CREATE FOREIGN TABLE ossexample 
    (date text, time text, open float,
     high float, low float, volume int); 
     SERVER ossserver 
     OPTIONS ( filepath 'osstest/example.csv', delimiter ',' ,
         format 'csv', encoding 'utf8', PARSE_ERRORS '100');
# Create a table to load data to
create table example
        (date text, time text, open float,
         high float, low float, volume int);
# Load data from ossexample to example.
insert into example select * from ossexample;
# Result
# oss_fdw estimates the file size in OSS and formulates a query plan.
explain insert into example select * from ossexample;
                             QUERY PLAN                              
---------------------------------------------------------------------
 Insert on example  (cost=0.00..1.60 rows=6 width=92)
   ->  Foreign Scan on ossexample  (cost=0.00..1.60 rows=6 width=92)
         Foreign OssFile: osstest/example.csv.0
         Foreign OssFile Size: 728
(4 rows)
# Write the data in the example table to OSS.
insert into ossexample select * from example;
explain insert into ossexample select * from example;
                           QUERY PLAN
-----------------------------------------------------------------
 Insert on ossexample  (cost=0.00..16.60 rows=660 width=92)
   ->  Seq Scan on example  (cost=0.00..16.60 rows=660 width=92)
(2 rows)

oss_fdw usage considerations

  • oss_fdw is an external table plug-in developed based on the PostgreSQL FOREIGN TABLE framework.
  • The data import efficiency is subject to the PolarDB for PostgreSQL cluster resources (CPU, I/O, memory, and network) and the OSS performance.
  • To guarantee a high data import performance, ensure that the PolarDB for PostgreSQL database is in the same region as the OSS bucket. For more information, see OSS endpoints.
  • We recommend that you use the public endpoint if this error message appears when you read SQL statements from an external table: ERROR: oss endpoint userendpoint not in aliyun white list. For more information, see Public endpoints in Alibaba Cloud zones. If the problem persists, submit a ticket.

Exception handling

When an import or export error occurs, the log displays the following error information:

  • code: the HTTP status code of the request that has failed.
  • error_code: the error code returned by OSS.
  • error_msg: the error message returned by OSS.
  • req_id: the universally unique identifier (UUID) that identifies the request. If you require assistance in solving a problem, you can submit a ticket containing the req_id of the failed request to OSS developers.

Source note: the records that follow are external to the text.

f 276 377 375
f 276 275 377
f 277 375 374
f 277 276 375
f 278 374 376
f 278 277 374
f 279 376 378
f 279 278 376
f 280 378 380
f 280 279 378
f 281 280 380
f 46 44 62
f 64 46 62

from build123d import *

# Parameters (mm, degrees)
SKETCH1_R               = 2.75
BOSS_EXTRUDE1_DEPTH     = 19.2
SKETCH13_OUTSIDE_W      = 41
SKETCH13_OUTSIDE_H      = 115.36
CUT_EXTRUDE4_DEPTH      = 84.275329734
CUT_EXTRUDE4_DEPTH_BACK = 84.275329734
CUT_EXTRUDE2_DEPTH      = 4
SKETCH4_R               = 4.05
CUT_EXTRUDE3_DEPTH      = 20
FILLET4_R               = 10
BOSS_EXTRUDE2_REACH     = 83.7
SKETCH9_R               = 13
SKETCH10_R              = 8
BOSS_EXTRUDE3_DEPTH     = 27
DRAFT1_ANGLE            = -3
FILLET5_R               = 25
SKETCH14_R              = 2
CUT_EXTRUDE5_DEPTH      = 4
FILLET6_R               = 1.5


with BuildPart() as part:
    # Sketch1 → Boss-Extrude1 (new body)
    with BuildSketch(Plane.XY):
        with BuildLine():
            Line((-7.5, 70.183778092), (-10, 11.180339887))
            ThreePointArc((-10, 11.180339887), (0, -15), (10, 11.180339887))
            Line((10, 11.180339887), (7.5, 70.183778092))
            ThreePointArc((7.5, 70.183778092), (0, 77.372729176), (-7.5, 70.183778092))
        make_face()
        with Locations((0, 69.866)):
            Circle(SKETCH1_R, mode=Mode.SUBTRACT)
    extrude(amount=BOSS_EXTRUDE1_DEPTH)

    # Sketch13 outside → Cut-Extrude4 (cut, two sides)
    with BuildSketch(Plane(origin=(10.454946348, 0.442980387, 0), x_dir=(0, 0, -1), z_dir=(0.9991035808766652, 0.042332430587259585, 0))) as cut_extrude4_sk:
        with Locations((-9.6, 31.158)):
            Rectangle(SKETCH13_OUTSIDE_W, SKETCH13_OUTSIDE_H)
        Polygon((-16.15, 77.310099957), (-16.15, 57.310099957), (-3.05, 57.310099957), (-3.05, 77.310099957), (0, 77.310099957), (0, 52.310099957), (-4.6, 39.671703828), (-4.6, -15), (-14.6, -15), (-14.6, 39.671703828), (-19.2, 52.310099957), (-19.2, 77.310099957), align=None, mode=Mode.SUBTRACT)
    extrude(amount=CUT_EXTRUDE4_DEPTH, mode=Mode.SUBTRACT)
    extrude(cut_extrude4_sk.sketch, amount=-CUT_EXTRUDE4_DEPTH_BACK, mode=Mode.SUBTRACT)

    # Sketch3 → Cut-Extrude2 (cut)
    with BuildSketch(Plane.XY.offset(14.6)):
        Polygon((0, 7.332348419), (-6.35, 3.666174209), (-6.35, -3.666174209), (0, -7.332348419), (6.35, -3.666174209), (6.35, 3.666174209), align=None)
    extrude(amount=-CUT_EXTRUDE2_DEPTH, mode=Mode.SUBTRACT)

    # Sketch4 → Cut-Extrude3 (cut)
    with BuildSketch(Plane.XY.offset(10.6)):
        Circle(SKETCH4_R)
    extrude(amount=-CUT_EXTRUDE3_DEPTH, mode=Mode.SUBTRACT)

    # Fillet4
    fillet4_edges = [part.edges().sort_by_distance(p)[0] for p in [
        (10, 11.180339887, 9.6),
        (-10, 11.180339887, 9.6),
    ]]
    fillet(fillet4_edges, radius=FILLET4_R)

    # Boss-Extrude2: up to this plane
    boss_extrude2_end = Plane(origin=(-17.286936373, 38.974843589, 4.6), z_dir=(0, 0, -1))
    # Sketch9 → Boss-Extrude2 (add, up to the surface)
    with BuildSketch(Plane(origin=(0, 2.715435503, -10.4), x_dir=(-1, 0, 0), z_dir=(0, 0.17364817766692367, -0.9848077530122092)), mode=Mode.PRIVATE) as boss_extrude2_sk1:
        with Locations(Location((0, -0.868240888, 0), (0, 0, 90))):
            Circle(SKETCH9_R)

For more information about error types, see the following references. Timeout errors can be handled using oss_ext parameters.

AccessKey pair encryption

If the AccessKey ID and AccessKey secret in the CREATE SERVER command are not encrypted, other users can obtain your AccessKey pair in plaintext by executing the select * from pg_foreign_server statement. You can use symmetric encryption to encrypt your AccessKey pair. Use different keys for different instances to further protect your information. However, to prevent incompatibility with earlier versions, do not add data types as you do in Greenplum.

Encrypted information:

postgres=# select * from pg_foreign_server ;
  srvname  | srvowner | srvfdw | srvtype | srvversion | srvacl |                                                                              srvoptions
-----------+----------+--------+---------+------------+--------+------------------------------------------------------------------------------------------------------------------------------------
----------------------------------
 ossserver |       10 |  16390 |         |            |        | {host=oss-cn-hangzhou-zmf.aliyuncs.com,id=MD5xxxxxxxx,key=MD5xxxxxxxx,bucket=067862}

The encrypted value starts with the MD5 string. The remainder of the total length divided by 8 is 3. Therefore, if you export data and import it again, the data is not encrypted again. However, you cannot create an AccessKey ID or AccessKey secret that starts with the MD5 string.